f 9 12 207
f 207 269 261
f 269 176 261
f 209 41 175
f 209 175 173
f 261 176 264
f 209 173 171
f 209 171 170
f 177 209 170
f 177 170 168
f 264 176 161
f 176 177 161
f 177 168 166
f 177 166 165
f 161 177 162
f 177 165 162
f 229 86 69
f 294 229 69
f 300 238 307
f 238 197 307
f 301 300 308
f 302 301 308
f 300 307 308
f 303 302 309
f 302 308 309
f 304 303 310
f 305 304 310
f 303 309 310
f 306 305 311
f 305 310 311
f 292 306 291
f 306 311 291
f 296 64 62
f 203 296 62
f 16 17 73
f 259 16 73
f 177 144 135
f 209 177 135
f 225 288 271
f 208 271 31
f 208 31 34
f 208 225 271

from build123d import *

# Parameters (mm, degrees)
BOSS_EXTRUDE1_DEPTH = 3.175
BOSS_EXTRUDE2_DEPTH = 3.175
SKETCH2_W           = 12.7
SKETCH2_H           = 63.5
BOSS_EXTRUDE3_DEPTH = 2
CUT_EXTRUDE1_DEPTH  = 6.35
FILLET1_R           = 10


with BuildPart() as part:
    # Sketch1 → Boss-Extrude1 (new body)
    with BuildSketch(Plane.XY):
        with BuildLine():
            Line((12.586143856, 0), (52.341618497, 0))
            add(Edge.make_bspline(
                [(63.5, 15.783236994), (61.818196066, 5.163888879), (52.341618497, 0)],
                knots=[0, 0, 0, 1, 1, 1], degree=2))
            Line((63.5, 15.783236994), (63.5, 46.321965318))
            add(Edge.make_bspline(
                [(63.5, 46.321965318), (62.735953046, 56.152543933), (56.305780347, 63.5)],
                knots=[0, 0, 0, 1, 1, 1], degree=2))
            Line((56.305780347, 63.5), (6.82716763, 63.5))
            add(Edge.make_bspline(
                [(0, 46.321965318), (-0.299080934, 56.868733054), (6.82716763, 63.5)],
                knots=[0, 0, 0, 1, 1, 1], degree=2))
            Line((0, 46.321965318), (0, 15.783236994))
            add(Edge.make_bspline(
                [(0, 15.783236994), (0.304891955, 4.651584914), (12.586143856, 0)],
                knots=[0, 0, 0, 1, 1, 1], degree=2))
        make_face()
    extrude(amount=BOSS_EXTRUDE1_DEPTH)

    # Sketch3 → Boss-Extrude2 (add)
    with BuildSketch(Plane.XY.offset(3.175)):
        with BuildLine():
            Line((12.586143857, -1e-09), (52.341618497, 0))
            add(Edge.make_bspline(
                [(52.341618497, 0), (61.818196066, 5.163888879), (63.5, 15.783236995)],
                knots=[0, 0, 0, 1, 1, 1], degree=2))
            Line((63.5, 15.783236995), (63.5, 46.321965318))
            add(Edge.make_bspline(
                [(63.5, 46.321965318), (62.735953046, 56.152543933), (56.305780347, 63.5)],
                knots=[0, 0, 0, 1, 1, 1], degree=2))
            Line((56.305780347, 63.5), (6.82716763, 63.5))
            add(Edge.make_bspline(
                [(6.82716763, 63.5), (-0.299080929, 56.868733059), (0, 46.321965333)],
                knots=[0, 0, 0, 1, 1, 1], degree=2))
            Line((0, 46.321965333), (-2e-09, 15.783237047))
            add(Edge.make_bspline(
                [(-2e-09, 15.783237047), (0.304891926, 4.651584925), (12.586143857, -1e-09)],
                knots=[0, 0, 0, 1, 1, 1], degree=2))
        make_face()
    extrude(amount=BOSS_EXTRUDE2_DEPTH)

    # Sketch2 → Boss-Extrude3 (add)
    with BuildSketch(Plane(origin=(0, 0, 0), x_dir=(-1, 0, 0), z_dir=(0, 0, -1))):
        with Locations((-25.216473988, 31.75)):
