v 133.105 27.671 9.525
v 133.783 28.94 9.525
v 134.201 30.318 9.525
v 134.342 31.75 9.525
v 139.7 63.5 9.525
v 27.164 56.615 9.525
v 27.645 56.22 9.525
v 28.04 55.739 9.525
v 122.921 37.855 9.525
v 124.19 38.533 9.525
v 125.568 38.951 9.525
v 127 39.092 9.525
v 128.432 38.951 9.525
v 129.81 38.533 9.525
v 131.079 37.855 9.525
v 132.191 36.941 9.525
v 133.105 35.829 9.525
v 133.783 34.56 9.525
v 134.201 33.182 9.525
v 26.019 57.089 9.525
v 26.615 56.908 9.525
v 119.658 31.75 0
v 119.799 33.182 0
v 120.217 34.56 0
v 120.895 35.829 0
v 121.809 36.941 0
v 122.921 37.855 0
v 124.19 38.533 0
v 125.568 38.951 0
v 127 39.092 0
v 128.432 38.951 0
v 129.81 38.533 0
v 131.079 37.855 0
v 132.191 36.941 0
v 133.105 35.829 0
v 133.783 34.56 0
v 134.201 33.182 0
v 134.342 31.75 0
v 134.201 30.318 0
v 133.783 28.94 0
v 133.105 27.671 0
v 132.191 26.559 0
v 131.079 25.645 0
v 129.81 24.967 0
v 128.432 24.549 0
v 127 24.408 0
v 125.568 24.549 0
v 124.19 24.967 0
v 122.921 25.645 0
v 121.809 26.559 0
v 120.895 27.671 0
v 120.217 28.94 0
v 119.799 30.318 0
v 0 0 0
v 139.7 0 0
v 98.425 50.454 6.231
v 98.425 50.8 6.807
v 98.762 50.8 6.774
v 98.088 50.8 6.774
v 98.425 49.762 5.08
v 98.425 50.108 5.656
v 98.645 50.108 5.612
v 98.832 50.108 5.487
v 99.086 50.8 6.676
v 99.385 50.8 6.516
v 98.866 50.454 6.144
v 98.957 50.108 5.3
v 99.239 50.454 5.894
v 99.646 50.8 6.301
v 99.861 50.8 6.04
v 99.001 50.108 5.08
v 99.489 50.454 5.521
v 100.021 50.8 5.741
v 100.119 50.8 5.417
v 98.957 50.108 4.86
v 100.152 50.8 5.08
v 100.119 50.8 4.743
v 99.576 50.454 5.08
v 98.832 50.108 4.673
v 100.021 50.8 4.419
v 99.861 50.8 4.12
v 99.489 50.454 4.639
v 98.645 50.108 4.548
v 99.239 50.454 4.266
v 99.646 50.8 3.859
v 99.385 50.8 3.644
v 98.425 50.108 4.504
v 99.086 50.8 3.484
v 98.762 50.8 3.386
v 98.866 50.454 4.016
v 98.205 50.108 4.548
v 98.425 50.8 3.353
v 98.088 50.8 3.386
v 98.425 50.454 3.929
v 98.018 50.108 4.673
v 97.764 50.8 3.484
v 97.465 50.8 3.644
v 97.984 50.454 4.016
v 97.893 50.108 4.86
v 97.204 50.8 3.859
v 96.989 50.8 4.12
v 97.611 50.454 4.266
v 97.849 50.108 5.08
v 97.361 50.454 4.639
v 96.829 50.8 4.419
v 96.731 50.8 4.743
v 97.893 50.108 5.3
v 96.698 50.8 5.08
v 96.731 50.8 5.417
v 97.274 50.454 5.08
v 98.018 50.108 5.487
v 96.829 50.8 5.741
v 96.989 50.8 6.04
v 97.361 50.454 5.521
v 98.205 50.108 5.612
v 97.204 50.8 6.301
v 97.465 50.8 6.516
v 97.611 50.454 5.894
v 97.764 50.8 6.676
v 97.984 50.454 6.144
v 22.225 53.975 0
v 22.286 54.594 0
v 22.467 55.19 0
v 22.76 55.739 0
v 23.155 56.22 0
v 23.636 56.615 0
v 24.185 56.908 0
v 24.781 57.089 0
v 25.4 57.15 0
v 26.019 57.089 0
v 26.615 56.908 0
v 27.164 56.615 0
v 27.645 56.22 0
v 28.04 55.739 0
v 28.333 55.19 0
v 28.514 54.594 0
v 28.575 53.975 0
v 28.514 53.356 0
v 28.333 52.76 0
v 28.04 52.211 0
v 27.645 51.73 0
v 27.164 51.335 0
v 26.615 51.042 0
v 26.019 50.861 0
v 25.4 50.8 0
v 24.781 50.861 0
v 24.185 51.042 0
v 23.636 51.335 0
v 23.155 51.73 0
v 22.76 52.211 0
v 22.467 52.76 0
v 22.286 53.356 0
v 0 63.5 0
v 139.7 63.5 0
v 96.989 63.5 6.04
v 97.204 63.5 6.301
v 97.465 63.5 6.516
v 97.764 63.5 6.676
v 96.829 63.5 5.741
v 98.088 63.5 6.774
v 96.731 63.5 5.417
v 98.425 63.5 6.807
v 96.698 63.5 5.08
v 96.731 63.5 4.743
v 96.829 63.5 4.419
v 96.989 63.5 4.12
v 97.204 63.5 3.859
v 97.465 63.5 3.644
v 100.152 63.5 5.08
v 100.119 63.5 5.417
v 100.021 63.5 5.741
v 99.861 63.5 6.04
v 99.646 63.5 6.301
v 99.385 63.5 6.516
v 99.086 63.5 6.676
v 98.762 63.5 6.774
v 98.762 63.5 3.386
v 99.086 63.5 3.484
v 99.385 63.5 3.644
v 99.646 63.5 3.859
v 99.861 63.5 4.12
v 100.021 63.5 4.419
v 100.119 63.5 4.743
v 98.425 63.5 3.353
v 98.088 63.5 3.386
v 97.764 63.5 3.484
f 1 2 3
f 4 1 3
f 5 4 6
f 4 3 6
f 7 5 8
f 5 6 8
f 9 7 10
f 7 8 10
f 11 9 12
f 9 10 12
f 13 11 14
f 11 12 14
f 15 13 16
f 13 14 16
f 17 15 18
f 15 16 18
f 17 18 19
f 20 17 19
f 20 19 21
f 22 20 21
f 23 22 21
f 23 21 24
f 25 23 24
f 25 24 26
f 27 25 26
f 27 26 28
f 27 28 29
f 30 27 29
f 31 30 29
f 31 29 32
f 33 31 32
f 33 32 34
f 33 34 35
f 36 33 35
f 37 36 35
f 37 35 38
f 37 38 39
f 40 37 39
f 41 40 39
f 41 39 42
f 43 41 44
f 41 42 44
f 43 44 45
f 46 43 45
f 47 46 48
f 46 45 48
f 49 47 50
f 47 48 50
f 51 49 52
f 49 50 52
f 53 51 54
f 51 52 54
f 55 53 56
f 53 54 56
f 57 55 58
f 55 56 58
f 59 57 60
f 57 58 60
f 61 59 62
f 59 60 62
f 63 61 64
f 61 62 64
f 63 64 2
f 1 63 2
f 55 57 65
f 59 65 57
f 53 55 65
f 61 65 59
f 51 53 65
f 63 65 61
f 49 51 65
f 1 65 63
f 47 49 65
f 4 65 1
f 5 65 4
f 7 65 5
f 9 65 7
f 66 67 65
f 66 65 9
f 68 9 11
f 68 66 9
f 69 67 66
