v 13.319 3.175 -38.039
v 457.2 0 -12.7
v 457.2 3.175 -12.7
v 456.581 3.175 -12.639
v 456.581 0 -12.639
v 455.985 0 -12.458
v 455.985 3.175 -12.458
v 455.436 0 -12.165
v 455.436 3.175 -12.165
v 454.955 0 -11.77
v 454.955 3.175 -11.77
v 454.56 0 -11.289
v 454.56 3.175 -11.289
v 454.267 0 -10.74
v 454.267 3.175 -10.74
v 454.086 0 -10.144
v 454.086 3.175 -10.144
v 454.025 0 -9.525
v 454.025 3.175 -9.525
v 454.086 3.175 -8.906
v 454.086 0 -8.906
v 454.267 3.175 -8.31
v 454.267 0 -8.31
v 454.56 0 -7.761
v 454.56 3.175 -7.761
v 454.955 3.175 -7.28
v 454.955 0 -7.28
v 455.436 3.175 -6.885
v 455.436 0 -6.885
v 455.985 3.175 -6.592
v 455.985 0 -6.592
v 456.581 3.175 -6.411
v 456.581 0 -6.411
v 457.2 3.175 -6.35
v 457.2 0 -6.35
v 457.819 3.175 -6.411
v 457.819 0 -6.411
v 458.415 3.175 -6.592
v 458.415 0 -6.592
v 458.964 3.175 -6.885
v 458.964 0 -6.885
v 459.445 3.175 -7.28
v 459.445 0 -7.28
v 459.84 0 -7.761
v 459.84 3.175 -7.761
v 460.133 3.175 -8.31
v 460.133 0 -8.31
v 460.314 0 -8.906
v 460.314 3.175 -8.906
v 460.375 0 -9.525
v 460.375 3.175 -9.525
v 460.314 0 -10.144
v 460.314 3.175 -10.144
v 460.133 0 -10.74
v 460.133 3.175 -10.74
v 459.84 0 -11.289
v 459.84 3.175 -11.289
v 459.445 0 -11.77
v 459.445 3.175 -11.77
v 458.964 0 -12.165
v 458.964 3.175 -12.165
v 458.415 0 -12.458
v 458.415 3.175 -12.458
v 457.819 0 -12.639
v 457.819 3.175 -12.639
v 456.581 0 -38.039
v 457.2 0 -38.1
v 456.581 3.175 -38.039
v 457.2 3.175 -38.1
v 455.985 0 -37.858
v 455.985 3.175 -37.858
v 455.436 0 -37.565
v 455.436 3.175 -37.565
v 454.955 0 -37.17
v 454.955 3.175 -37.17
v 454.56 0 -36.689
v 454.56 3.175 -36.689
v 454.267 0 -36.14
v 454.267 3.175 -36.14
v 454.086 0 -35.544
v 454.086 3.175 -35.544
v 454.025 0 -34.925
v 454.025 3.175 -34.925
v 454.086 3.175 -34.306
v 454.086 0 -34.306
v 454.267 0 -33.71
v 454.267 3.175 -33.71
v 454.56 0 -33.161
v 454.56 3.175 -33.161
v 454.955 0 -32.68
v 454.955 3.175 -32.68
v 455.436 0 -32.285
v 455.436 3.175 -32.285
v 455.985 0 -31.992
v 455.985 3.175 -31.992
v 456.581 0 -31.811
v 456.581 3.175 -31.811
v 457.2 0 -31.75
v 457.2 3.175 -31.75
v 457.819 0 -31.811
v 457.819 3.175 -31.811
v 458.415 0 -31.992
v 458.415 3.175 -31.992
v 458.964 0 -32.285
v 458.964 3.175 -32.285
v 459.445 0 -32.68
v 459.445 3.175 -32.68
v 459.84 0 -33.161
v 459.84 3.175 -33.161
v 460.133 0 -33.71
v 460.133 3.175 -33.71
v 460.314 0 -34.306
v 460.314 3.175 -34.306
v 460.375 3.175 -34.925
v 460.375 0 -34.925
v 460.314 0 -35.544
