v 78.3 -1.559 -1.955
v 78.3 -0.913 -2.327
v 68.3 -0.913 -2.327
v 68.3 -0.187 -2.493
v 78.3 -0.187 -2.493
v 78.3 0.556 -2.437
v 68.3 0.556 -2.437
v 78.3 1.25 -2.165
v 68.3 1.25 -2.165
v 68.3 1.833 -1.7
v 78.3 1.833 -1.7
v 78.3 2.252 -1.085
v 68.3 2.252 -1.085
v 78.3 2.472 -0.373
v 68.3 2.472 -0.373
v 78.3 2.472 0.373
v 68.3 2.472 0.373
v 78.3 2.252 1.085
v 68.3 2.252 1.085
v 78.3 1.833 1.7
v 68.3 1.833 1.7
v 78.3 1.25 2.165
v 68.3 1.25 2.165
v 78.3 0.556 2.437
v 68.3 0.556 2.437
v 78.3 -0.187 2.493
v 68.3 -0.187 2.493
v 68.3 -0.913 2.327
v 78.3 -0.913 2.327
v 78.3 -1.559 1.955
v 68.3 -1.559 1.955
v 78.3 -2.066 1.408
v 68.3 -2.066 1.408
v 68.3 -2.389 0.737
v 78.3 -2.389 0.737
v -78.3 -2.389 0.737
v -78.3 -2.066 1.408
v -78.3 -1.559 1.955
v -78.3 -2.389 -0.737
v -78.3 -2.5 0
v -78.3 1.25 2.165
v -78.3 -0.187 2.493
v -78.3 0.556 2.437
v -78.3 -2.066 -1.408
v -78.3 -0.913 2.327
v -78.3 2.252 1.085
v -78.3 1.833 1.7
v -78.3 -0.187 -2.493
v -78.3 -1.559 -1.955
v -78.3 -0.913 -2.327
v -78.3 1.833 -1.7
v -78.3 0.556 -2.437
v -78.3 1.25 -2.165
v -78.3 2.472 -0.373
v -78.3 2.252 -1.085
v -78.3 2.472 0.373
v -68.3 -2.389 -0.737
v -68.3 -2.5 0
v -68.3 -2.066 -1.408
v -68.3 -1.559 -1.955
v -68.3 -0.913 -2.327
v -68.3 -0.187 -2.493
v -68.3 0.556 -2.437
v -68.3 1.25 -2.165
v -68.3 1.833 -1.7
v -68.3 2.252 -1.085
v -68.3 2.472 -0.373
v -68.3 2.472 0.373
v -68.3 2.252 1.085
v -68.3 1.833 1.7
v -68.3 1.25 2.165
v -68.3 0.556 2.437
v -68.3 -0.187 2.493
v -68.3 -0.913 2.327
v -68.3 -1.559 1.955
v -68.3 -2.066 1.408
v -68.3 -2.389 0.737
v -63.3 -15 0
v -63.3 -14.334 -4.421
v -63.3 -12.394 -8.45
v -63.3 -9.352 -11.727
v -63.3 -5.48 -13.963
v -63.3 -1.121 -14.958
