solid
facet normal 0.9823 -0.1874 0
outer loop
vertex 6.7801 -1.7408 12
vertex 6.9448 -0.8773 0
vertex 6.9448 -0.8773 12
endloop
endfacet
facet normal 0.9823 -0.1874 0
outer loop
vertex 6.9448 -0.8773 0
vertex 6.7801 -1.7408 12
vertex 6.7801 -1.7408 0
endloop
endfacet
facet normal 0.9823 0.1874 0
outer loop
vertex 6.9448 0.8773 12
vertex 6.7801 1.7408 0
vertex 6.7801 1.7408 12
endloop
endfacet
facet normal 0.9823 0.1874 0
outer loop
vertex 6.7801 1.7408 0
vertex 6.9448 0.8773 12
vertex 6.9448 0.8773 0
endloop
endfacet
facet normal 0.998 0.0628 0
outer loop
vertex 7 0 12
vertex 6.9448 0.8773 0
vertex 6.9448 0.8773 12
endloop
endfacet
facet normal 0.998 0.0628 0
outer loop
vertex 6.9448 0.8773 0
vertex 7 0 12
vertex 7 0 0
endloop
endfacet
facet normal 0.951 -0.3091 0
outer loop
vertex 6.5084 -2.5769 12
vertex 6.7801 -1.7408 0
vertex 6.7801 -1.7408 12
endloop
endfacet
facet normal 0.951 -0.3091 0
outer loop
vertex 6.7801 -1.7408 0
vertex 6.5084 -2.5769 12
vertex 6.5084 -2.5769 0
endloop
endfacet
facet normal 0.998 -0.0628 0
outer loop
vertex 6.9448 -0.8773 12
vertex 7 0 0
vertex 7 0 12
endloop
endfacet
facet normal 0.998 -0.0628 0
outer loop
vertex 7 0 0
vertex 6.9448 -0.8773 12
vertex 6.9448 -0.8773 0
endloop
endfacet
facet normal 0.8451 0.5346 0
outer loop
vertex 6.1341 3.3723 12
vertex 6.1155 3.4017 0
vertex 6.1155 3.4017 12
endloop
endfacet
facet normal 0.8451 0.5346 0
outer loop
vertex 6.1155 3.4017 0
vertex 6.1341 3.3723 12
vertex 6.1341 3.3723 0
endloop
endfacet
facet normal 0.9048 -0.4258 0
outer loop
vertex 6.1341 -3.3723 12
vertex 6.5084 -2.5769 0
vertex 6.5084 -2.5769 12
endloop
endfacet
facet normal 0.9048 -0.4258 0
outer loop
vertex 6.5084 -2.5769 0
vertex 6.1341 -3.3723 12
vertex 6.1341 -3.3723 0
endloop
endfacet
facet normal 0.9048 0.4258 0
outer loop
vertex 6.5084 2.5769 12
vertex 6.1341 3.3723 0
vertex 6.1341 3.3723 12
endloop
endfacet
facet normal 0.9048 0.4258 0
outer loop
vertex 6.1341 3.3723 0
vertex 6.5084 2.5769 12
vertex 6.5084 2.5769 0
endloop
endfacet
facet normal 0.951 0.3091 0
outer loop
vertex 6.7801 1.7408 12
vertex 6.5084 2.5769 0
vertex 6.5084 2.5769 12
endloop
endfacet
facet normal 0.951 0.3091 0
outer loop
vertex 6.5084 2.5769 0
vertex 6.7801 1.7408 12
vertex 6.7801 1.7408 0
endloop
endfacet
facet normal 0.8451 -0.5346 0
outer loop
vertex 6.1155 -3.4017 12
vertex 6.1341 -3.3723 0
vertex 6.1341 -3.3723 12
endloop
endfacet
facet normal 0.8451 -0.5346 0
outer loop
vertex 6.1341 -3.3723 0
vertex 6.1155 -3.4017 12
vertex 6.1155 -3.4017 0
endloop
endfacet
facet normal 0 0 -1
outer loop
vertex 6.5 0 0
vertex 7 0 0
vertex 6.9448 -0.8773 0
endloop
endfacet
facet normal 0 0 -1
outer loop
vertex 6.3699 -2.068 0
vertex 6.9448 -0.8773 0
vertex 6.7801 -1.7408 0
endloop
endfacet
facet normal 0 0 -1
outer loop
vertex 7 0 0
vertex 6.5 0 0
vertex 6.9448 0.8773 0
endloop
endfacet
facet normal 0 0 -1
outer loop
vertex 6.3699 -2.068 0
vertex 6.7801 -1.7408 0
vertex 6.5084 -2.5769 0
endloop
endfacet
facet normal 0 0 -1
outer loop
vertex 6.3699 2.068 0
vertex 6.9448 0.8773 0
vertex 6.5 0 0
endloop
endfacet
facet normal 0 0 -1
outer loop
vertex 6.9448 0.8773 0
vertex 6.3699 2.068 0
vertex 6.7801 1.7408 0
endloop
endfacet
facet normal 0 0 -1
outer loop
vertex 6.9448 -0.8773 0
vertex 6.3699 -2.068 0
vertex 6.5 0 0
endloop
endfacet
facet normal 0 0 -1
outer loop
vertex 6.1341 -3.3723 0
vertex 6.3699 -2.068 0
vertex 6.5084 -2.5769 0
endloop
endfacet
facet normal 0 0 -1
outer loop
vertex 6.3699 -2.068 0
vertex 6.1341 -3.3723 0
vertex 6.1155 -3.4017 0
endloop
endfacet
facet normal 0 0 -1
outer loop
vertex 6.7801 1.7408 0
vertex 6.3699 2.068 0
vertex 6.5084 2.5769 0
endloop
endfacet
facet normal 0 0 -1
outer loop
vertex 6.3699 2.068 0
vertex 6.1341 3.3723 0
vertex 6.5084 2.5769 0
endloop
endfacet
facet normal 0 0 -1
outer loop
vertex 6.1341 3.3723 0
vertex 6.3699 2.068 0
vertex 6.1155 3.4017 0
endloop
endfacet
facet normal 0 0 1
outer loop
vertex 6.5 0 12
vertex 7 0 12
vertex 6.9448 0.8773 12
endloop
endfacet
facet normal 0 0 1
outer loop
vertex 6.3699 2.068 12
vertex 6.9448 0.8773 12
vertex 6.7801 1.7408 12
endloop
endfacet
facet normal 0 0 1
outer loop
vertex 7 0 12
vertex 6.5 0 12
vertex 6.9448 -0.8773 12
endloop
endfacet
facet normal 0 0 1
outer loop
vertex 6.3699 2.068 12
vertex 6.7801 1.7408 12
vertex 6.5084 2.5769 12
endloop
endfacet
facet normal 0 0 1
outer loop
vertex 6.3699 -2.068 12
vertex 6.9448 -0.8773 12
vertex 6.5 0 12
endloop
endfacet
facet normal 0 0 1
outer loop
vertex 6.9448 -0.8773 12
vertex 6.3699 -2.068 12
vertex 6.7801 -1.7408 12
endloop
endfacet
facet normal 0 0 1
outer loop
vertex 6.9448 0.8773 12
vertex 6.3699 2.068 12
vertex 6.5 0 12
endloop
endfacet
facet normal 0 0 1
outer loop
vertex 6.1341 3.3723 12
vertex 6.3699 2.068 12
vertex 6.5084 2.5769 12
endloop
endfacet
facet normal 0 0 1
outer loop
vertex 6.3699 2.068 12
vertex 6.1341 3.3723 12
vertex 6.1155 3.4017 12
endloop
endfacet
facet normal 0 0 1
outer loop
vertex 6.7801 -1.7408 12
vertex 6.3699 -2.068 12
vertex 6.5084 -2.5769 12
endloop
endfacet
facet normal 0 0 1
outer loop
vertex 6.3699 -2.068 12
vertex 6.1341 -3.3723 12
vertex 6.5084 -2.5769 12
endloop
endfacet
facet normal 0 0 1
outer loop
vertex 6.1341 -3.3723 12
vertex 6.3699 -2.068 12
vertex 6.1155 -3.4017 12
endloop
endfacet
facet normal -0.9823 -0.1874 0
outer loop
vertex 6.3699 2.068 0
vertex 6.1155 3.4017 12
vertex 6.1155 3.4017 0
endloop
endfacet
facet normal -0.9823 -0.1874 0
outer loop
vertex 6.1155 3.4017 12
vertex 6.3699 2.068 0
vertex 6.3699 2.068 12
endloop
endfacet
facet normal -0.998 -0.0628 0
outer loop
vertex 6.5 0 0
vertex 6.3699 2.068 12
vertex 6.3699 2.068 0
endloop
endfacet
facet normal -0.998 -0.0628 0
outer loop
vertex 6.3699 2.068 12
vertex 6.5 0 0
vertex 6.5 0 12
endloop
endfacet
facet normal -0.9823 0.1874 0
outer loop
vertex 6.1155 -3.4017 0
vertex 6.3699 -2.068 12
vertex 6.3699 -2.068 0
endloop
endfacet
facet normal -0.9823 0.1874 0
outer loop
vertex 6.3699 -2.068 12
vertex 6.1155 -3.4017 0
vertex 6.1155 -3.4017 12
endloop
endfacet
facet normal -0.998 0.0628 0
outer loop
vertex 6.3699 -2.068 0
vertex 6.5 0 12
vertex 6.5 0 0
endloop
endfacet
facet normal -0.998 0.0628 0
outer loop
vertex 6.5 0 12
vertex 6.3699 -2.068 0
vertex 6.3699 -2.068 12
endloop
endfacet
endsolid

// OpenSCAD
$fn = 50;


difference() {
	union() {
		cylinder(h = 12, r = 7.0000000000);
		translate(v = [-13.0000000000, 0, 0]) {
			cylinder(h = 12, r = 7.0000000000);
		}
	}
	union() {
		cylinder(h = 12, r = 3.2500000000);
		cylinder(h = 12, r = 1.8000000000);
		cylinder(h = 12, r = 1.8000000000);
		cylinder(h = 12, r = 1.8000000000);
		translate(v = [-17.5000000000, 0, 0]) {
			hull() {
				translate(v = [-3.7500000000, 0.0000000000, 0]) {
					cylinder(h = 12, r = 7.5000000000);
				}
				translate(v = [3.7500000000, 0.0000000000, 0]) {
					cylinder(h = 12, r = 7.5000000000);
				}
				translate(v = [-3.7500000000, -0.0000000000, 0]) {
					cylinder(h = 12, r = 7.5000000000);
				}
				translate(v = [3.7500000000, -0.0000000000, 0]) {
					cylinder(h = 12, r = 7.5000000000);
				}
			}
		}
		translate(v = [-10.0000000000, 0, 0.0000000000]) {
			cylinder(h = 12, r = 16.5000000000);
		}
	}
}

#### ACTIVITY:
What is needed is every line of the records above that contains the word "BuildSketch".

#### WRITTEN RESPONSE:
    with BuildSketch(Plane.XY):
    with BuildSketch(Plane.XY.offset(3.175)):
    with BuildSketch(Plane(origin=(0, 0, 0), x_dir=(-1, 0, 0), z_dir=(0, 0, -1))):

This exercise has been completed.